Some of them would even tell each other the joke and then laugh along.  They told it to him and he joined in with them, laughing longer then everyone else, his laughter coming from a different place.    
 
He waited until he was alone and told it to himself again, because no one told that joke better than him, and this time he laughed even longer and harder than before.
 
Someone found him, hours after he died of a heart attack.  They joked that he must have died from laughing at that damned joke of his, then they felt bad for laughing.  Not because it was disrespectful, but because they found this throwaway quip funnier than his joke.
 
They began to notice that his absence had changed the structure of their world – their lives would work differently from now on.  A subtle realignment was already under way.
 
At the funeral, the joke was read out as part of the eulogy.  Everyone in attendance had heard it many times before and they knew it as something that had never made them laugh.  But this was a different world now, it was a slightly different shape.
 

This Might Be Nothing

Things are not good. We are both tired and broken.
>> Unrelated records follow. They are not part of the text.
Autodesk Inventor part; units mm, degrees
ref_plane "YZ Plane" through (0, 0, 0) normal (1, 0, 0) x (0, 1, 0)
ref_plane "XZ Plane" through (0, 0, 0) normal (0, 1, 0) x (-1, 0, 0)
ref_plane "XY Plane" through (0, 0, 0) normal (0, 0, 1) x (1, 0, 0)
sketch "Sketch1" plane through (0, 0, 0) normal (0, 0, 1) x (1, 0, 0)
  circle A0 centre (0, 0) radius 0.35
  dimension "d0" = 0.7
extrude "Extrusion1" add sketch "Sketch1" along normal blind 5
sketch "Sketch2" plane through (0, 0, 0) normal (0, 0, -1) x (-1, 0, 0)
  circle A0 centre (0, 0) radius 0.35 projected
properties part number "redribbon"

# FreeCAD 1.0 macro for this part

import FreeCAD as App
import Part
import Sketcher

V = App.Vector
Q = App.Units.Quantity

doc = App.newDocument("Part")
body = doc.addObject("PartDesign::Body", "Body")

# Sketch on XY plane
sketch1 = body.newObject("Sketcher::SketchObject", "Sketch")
sketch1.AttachmentSupport = (doc.getObject("XY_Plane"), [""])
sketch1.MapMode = "FlatFace"
sketch1.addGeometry(Part.Circle(V(0, 0, 0), V(0, 0, 1), 0.35), False)
sketch1.addConstraint(Sketcher.Constraint("Coincident", 0, 3, -1, 1))
sketch1.addConstraint(Sketcher.Constraint("Diameter", 0, Q("0.7 mm")))
pad1 = body.newObject("PartDesign::Pad", "Pad")
pad1.Profile = sketch1
pad1.Length = 5

doc.recompute()
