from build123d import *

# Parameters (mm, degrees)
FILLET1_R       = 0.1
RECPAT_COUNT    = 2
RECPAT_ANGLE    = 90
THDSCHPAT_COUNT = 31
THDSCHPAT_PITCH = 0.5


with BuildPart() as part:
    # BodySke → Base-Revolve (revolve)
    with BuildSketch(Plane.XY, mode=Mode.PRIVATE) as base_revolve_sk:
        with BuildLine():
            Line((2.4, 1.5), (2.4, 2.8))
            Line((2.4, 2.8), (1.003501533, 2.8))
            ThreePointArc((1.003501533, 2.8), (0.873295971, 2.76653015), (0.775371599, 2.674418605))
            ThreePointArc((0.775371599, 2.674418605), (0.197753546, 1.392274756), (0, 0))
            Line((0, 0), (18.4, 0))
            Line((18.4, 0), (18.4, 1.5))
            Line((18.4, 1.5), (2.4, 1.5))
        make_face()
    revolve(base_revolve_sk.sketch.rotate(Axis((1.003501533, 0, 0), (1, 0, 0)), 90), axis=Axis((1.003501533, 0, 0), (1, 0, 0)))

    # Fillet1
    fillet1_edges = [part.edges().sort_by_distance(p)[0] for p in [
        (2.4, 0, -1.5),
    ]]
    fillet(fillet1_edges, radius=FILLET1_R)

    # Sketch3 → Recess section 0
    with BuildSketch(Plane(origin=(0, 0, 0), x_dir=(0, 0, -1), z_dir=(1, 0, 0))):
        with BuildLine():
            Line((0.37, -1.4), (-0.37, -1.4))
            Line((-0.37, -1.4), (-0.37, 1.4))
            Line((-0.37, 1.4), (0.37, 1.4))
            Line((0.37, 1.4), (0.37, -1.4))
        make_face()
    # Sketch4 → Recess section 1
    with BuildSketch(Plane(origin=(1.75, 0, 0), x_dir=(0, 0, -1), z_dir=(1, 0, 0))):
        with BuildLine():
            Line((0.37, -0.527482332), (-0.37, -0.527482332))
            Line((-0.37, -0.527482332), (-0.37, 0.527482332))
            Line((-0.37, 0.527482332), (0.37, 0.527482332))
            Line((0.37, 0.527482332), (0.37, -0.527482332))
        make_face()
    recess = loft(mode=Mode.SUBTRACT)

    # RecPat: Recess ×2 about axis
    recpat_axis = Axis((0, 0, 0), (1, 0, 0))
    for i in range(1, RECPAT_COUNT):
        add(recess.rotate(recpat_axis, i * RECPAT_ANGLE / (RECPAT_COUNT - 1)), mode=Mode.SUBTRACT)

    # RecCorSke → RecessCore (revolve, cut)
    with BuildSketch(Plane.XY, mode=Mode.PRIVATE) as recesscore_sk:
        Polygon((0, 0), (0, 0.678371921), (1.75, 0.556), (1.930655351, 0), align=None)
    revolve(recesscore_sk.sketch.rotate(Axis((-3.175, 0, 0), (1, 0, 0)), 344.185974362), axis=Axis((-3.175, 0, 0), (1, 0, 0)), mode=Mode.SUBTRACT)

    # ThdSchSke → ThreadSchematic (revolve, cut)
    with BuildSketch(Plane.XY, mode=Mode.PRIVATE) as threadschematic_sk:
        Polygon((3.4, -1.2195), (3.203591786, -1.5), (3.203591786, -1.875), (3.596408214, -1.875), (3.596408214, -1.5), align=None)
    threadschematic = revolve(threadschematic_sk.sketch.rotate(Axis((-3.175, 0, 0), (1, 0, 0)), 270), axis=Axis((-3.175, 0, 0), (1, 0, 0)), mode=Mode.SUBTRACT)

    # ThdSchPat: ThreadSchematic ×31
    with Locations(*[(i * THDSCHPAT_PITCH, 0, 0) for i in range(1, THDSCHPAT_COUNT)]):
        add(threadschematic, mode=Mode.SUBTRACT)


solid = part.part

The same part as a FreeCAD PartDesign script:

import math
import FreeCAD as App
import Part
import Sketcher
from FreeCAD import Vector
Q = App.Units.Quantity


def edges_at(feature, points):
    """Names of the edges that pass closest to the given points."""
    edges = feature.Shape.Edges
    near = lambda p: min(range(len(edges)), key=lambda i: edges[i].distToShape(Part.Vertex(*p))[0])
    return sorted({f"Edge{near(p) + 1}" for p in points})


def add_polygon(sketch, points):
    """Adds a closed chain of lines whose ends are joined by coincident constraints."""
    first, n = sketch.GeometryCount, len(points)
    for a, b in zip(points, points[1:] + points[:1]):
        sketch.addGeometry(Part.LineSegment(App.Vector(*a, 0), App.Vector(*b, 0)), False)
    for i in range(n):
        sketch.addConstraint(Sketcher.Constraint("Coincident", first + i, 2, first + (i + 1) % n, 1))

doc = App.newDocument("Part")
params = doc.addObject("Spreadsheet::Sheet", "Params")
for row, (alias, value) in enumerate([
    ("sketch1_radius", "5 mm"),
    ("sketch1_width", "16 mm"),
    ("sketch1_radius2", "0.27 mm"),
    ("sketch1_width2", "18.4 mm"),
    ("sketch1_height", "1.3 mm"),
    ("revolution_angle", "360 deg"),
    ("fillet_radius", "0.1 mm"),
    ("sketch2_width", "2.8 mm"),
    ("sketch2_height", "0.74 mm"),
    ("sketch3_height", "0.74 mm"),
    ("groove_angle", "360 deg"),
    ("groove2_angle", "360 deg"),
    ("linearpattern_pitch", "0.5 mm"),
], start=1):
    params.set(f"A{row}", alias)
    params.set(f"B{row}", "=" + value)
    params.setAlias(f"B{row}", alias)

body = doc.addObject("PartDesign::Body", "Body")

sketch1 = doc.addObject("Sketcher::SketchObject", "Sketch")
body.addObject(sketch1)
sketch1.AttachmentSupport = (doc.XY_Plane, [""])
sketch1.MapMode = "FlatFace"
sketch1.addGeometry([
    Part.LineSegment(Vector(2.4, 1.5, 0), Vector(2.4, 2.8, 0)),
    Part.LineSegment(Vector(2.4, 2.8, 0), Vector(1, 2.8, 0)),
    Part.ArcOfCircle(Part.Circle(Vector(1, 2.53, 0), Vector(0, 0, 1), 0.27), math.radians(90), math.radians(148)),
    Part.ArcOfCircle(Part.Circle(Vector(5, 0, 0), Vector(0, 0, 1), 5), math.radians(148), math.radians(180)),
    Part.LineSegment(Vector(0, 0, 0), Vector(18.4, 0, 0)),
    Part.LineSegment(Vector(18.4, 0, 0), Vector(18.4, 1.5, 0)),
    Part.LineSegment(Vector(18.4, 1.5, 0), Vector(2.4, 1.5, 0)),
], False)
sketch1.addConstraint([
    Sketcher.Constraint("Coincident", 0, 2, 1, 1),
    Sketcher.Constraint("Tangent", 1, 2, 2, 1),
    Sketcher.Constraint("Tangent", 2, 2, 3, 1),
    Sketcher.Constraint("Coincident", 3, 2, 4, 1),
    Sketcher.Constraint("Coincident", 4, 2, 5, 1),
    Sketcher.Constraint("Coincident", 5, 2, 6, 1),
    Sketcher.Constraint("Coincident", 6, 2, 0, 1),
    Sketcher.Constraint("Vertical", 0),
    Sketcher.Constraint("Horizontal", 1),
    Sketcher.Constraint("Horizontal", 4),
    Sketcher.Constraint("Vertical", 5),
    Sketcher.Constraint("Horizontal", 6),
    Sketcher.Constraint("Coincident", 3, 2, -1, 1),
    Sketcher.Constraint("PointOnObject", 3, 3, -1),
    Sketcher.Constraint("Radius", 3, Q("5 mm")),
    Sketcher.Constraint("DistanceX", 6, 2, 6, 1, Q("16 mm")),
    Sketcher.Constraint("Radius", 2, Q("0.27 mm")),
    Sketcher.Constraint("DistanceX", 4, 1, 4, 2, Q("18.4 mm")),
    Sketcher.Constraint("DistanceY", 0, 1, 0, 2, Q("1.3 mm")),
    Sketcher.Constraint("DistanceY", 5, 1, 5, 2, Q("1.5 mm")),
])
sketch1.setExpression("Constraints[14]", "Params.sketch1_radius")
sketch1.setExpression("Constraints[15]", "Params.sketch1_width")
sketch1.setExpression("Constraints[16]", "Params.sketch1_radius2")
sketch1.setExpression("Constraints[17]", "Params.sketch1_width2")
sketch1.setExpression("Constraints[18]", "Params.sketch1_height")
revolution = doc.addObject("PartDesign::Revolution", "Revolution")
body.addObject(revolution)
revolution.Profile = sketch1
revolution.ReferenceAxis = (sketch1, ["H_Axis"])
revolution.setExpression("Angle", "Params.revolution_angle")
doc.recompute()

fillet = doc.addObject("PartDesign::Fillet", "Fillet")
body.addObject(fillet)
fillet.Base = (revolution, edges_at(revolution, [(2.4, 0, -1.5)]))
fillet.setExpression("Radius", "Params.fillet_radius")

sketch2 = doc.addObject("Sketcher::SketchObject", "Sketch001")
body.addObject(sketch2)
sketch2.AttachmentSupport = (doc.YZ_Plane, [""])
sketch2.MapMode = "FlatFace"
add_polygon(sketch2, [(-1.4, 0.4), (-1.4, -0.4), (1.4, -0.4), (1.4, 0.4)])
sketch2.addConstraint([
    Sketcher.Constraint("Vertical", 0),
    Sketcher.Constraint("Horizontal", 1),
    Sketcher.Constraint("Vertical", 2),
    Sketcher.Constraint("Horizontal", 3),
    Sketcher.Constraint("Symmetric", 0, 2, 2, 2, -1, 1),
    Sketcher.Constraint("DistanceX", 1, 1, 1, 2, Q("2.8 mm")),
    Sketcher.Constraint("DistanceY", 0, 2, 0, 1, Q("0.74 mm")),
])
sketch2.setExpression("Constraints[9]", "Params.sketch2_width")
sketch2.setExpression("Constraints[10]", "Params.sketch2_height")

sketch3 = doc.addObject("Sketcher::SketchObject", "Sketch002")
body.addObject(sketch3)
sketch3.AttachmentSupport = (doc.YZ_Plane, [""])
sketch3.MapMode = "FlatFace"
sketch3.AttachmentOffset = App.Placement(Vector(0, 0, 1.75), App.Rotation())
add_polygon(sketch3, [(-0.5, 0.4), (-0.5, -0.4), (0.5, -0.4), (0.5, 0.4)])
sketch3.addConstraint([
    Sketcher.Constraint("Vertical", 0),
    Sketcher.Constraint("Horizontal", 1),
    Sketcher.Constraint("Vertical", 2),
    Sketcher.Constraint("Horizontal", 3),
    Sketcher.Constraint("Symmetric", 0, 2, 2, 2, -1, 1),
    Sketcher.Constraint("DistanceY", 0, 2, 0, 1, Q("0.74 mm")),
    Sketcher.Constraint("DistanceX", 1, 1, 1, 2, Q("1.054965 mm")),
])
sketch3.setExpression("Constraints[9]", "Params.sketch3_height")

subtractiveloft = doc.addObject("PartDesign::SubtractiveLoft", "SubtractiveLoft")
body.addObject(subtractiveloft)
subtractiveloft.Profile = sketch2
subtractiveloft.Sections = [sketch3]
doc.recompute()

polarpattern = doc.addObject("PartDesign::PolarPattern", "PolarPattern")
body.addObject(polarpattern)
polarpattern.Originals = [subtractiveloft]
polarpattern.Axis = (doc.X_Axis, [""])
polarpattern.Angle = 90
polarpattern.Occurrences = 2
body.Tip = polarpattern

sketch4 = doc.addObject("Sketcher::SketchObject", "Sketch003")
body.addObject(sketch4)
sketch4.AttachmentSupport = (doc.XY_Plane, [""])
sketch4.MapMode = "FlatFace"
add_polygon(sketch4, [(0, 0.7), (0, 0), (1.9, 0), (1.8, 0.6)])
sketch4.addConstraint([
    Sketcher.Constraint("Vertical", 0),
    Sketcher.Constraint("Horizontal", 1),
    Sketcher.Constraint("Coincident", 0, 2, -1, 1),
    Sketcher.Constraint("Angle", 2, Q("108 deg")),
    Sketcher.Constraint("Angle", 3, Q("176 deg")),
    Sketcher.Constraint("DistanceX", -1, 1, 2, 2, Q("1.75 mm")),
    Sketcher.Constraint("DistanceY", -1, 1, 2, 2, Q("0.556 mm")),
])
groove = doc.addObject("PartDesign::Groove", "Groove")
body.addObject(groove)
groove.Profile = sketch4
groove.ReferenceAxis = (sketch4, ["H_Axis"])
groove.setExpression("Angle", "Params.groove_angle")

sketch5 = doc.addObject("Sketcher::SketchObject", "Sketch004")
body.addObject(sketch5)
sketch5.AttachmentSupport = (doc.XY_Plane, [""])
sketch5.MapMode = "FlatFace"
add_polygon(sketch5, [(3.4, -1.22), (3.2, -1.5), (3.2, -1.88), (3.6, -1.88), (3.6, -1.5)])
sketch5.addConstraint([
    Sketcher.Constraint("Vertical", 1),
    Sketcher.Constraint("Horizontal", 2),
    Sketcher.Constraint("Vertical", 3),
    Sketcher.Constraint("Horizontal", 0, 2, 3, 2),
    Sketcher.Constraint("Equal", 0, 4),
    Sketcher.Constraint("Angle", 0, Q("-125 deg")),
    Sketcher.Constraint("DistanceY", 0, 2, -1, 1, Q("1.5 mm")),
    Sketcher.Constraint("DistanceX", -1, 1, 4, 2, Q("3.4 mm")),
    Sketcher.Constraint("DistanceY", 1, 2, 1, 1, Q("0.375 mm")),
    Sketcher.Constraint("DistanceY", 4, 2, -1, 1, Q("1.2195 mm")),
])
groove2 = doc.addObject("PartDesign::Groove", "Groove001")
body.addObject(groove2)
groove2.Profile = sketch5
groove2.ReferenceAxis = (sketch5, ["H_Axis"])
groove2.setExpression("Angle", "Params.groove2_angle")
doc.recompute()

linearpattern = doc.addObject("PartDesign::LinearPattern", "LinearPattern")
body.addObject(linearpattern)
linearpattern.Originals = [groove2]
linearpattern.Direction = (doc.X_Axis, [""])
linearpattern.Mode = "offset"
linearpattern.setExpression("Offset", "Params.linearpattern_pitch")
linearpattern.Occurrences = 31
body.Tip = linearpattern

doc.recompute()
Have no energy.

All we want is enough hot water so we can have a shower each and then head out for a nice meal.  I turn on the tap and get a cold stream – I try to rub it with my hands, knowing this won’t warm it up, but feeling as though it should.
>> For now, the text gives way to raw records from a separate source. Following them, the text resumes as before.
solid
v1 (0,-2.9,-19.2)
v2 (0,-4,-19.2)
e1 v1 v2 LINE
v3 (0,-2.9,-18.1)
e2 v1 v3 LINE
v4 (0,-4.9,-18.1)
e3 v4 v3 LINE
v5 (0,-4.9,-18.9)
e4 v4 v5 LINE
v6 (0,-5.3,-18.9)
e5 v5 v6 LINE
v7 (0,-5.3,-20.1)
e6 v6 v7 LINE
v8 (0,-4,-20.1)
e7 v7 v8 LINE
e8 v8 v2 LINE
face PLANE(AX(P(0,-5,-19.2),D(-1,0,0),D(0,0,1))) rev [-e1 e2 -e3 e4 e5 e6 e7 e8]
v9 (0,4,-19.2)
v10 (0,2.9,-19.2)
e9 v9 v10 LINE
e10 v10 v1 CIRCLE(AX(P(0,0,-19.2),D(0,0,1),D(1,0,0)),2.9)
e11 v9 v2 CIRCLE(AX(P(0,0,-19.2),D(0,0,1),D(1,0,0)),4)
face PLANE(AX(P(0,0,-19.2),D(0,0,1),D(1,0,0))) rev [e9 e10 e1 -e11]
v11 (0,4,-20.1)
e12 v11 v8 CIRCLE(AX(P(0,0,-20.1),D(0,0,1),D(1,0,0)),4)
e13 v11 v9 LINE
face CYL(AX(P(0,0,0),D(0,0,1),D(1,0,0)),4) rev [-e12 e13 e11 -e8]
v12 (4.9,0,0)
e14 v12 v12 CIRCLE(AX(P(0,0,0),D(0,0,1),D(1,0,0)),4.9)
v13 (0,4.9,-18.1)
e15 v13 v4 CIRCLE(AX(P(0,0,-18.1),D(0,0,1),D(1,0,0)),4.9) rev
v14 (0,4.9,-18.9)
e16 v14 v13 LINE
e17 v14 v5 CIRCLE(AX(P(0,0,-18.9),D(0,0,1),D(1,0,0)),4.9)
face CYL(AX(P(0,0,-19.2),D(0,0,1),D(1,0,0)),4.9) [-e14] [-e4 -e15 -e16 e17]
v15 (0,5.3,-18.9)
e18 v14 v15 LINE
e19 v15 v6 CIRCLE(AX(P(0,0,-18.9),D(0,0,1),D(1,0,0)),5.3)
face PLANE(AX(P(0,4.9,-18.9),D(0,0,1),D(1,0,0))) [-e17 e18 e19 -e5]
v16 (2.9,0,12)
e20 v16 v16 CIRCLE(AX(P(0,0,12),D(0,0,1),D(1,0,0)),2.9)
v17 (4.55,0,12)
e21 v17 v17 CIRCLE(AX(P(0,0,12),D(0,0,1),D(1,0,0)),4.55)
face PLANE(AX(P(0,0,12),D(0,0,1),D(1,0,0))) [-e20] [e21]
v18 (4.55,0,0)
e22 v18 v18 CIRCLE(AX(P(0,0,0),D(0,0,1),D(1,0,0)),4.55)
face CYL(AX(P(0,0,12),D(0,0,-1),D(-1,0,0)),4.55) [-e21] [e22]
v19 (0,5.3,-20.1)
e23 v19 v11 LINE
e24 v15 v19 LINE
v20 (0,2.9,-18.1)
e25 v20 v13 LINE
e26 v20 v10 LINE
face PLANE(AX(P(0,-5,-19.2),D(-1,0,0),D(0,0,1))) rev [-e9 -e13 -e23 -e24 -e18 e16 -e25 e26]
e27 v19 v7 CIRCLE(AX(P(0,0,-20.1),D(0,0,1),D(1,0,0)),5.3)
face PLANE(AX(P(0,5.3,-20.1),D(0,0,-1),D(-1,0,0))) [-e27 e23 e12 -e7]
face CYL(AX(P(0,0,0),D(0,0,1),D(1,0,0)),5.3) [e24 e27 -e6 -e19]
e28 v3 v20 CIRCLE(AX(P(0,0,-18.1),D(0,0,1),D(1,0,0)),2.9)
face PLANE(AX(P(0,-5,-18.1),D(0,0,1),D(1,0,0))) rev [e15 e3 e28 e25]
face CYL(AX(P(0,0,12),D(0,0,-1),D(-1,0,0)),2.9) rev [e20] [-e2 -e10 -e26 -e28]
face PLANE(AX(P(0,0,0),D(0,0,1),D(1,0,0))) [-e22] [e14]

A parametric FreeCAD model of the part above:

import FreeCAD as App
import Part
import Sketcher
Q = App.Units.Quantity


def add_polygon(sketch, points):
    """Adds a closed chain of lines whose ends are joined by coincident constraints."""
    first, n = sketch.GeometryCount, len(points)
    for a, b in zip(points, points[1:] + points[:1]):
        sketch.addGeometry(Part.LineSegment(App.Vector(*a, 0), App.Vector(*b, 0)), False)
    for i in range(n):
        sketch.addConstraint(Sketcher.Constraint("Coincident", first + i, 2, first + (i + 1) % n, 1))

doc = App.newDocument("Part")
body = doc.addObject("PartDesign::Body", "Body")

sketch1 = body.newObject("Sketcher::SketchObject", "Sketch")
sketch1.AttachmentSupport = (doc.getObject("XY_Plane"), [""])
sketch1.MapMode = "FlatFace"
sketch1.addGeometry([
    Part.Circle(App.Vector(0, 0, 0), App.Vector(0, 0, 1), 4.5),
    Part.Circle(App.Vector(0, 0, 0), App.Vector(0, 0, 1), 2.9),
], False)
sketch1.addConstraint([
    Sketcher.Constraint("Coincident", 0, 3, -1, 1),
    Sketcher.Constraint("Coincident", 1, 3, -1, 1),
    Sketcher.Constraint("Diameter", 0, Q("9.1 mm")),
    Sketcher.Constraint("Diameter", 1, Q("5.8 mm")),
])
pad1 = body.newObject("PartDesign::Pad", "Pad")
pad1.Profile = sketch1
pad1.Length = 12

sketch2 = body.newObject("Sketcher::SketchObject", "Sketch001")
sketch2.AttachmentSupport = (doc.getObject("XY_Plane"), [""])
sketch2.MapMode = "FlatFace"
sketch2.AttachmentOffset = App.Placement(App.Vector(0, 0, -19.2), App.Rotation())
sketch2.addGeometry([
    Part.Circle(App.Vector(0, 0, 0), App.Vector(0, 0, 1), 4.9),
    Part.Circle(App.Vector(0, 0, 0), App.Vector(0, 0, 1), 2.9),
], False)
sketch2.addConstraint([
    Sketcher.Constraint("Coincident", 0, 3, -1, 1),
    Sketcher.Constraint("Coincident", 1, 3, -1, 1),
    Sketcher.Constraint("Diameter", 0, Q("9.8 mm")),
    Sketcher.Constraint("Diameter", 1, Q("5.8 mm")),
])
pad2 = body.newObject("PartDesign::Pad", "Pad001")
pad2.Profile = sketch2
pad2.Length = 19.2

sketch3 = body.newObject("Sketcher::SketchObject", "Sketch002")
sketch3.AttachmentSupport = (doc.getObject("XZ_Plane"), [""])
sketch3.MapMode = "FlatFace"
add_polygon(sketch3, [(0, -19.2), (0, -18.1), (6.8, -18.1), (6.8, -19.2)])
sketch3.addConstraint([
    Sketcher.Constraint("Vertical", 0),
    Sketcher.Constraint("Horizontal", 1),
    Sketcher.Constraint("Vertical", 2),
    Sketcher.Constraint("Horizontal", 3),
    Sketcher.Constraint("PointOnObject", 0, 2, -2),
    Sketcher.Constraint("DistanceY", 0, 1, 0, 2, Q("1.1 mm")),
    Sketcher.Constraint("DistanceY", 0, 2, -1, 1, Q("18.1 mm")),
    Sketcher.Constraint("DistanceX", 1, 1, 1, 2, Q("6.768136 mm")),
])
pocket1 = body.newObject("PartDesign::Pocket", "Pocket")
pocket1.Profile = sketch3
pocket1.Length = 10
pocket1.Midplane = True

sketch4 = body.newObject("Sketcher::SketchObject", "Sketch003")
sketch4.AttachmentSupport = (doc.getObject("YZ_Plane"), [""])
sketch4.MapMode = "FlatFace"
add_polygon(sketch4, [(-4.9, -19.2), (-4.9, -18.9), (-5.3, -18.9), (-5.3, -20.1), (-4, -20.1), (-4, -19.2)])
sketch4.addConstraint([
    Sketcher.Constraint("Vertical", 0),
    Sketcher.Constraint("Horizontal", 1),
    Sketcher.Constraint("Vertical", 2),
    Sketcher.Constraint("Horizontal", 3),
    Sketcher.Constraint("Vertical", 4),
    Sketcher.Constraint("Horizontal", 5),
    Sketcher.Constraint("Equal", 5, 4),
    Sketcher.Constraint("DistanceX", 1, 2, 1, 1, Q("0.4 mm")),
    Sketcher.Constraint("DistanceX", 3, 1, 3, 2, Q("1.3 mm")),
    Sketcher.Constraint("DistanceY", 0, 1, 0, 2, Q("0.3 mm")),
    Sketcher.Constraint("DistanceX", 3, 2, -1, 1, Q("4 mm")),
    Sketcher.Constraint("DistanceY", 0, 2, -1, 1, Q("18.9 mm")),
])
revolution = body.newObject("PartDesign::Revolution", "Revolution")
revolution.Profile = sketch4
revolution.ReferenceAxis = (sketch4, ["V_Axis"])
revolution.Angle = 180
revolution.Reversed = True

doc.recompute()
Outside it is never quite dry.  An infinite rain keeps on, the sky delivers one raindrop every minute, just as the second hand ticks round to the top of the clock.

Then a downpour every Wednesday, for the duration of the Wednesday.

Bright hot sunshine the rest of the time, too much really.

I go out for walks, just for a change of scene, but see nothing unusual.  The pavements are full of obstacles.  Groups of joggers run past me and I worry they are running away from something I should be running away from too.  Or dogs and dog walkers are meeting on a corner for some poochdrunk love-in, leads criss-crossing the pavement like an unsolved murder.  Otherwise it’ll just be someone driving moronically or parking their car insensibly.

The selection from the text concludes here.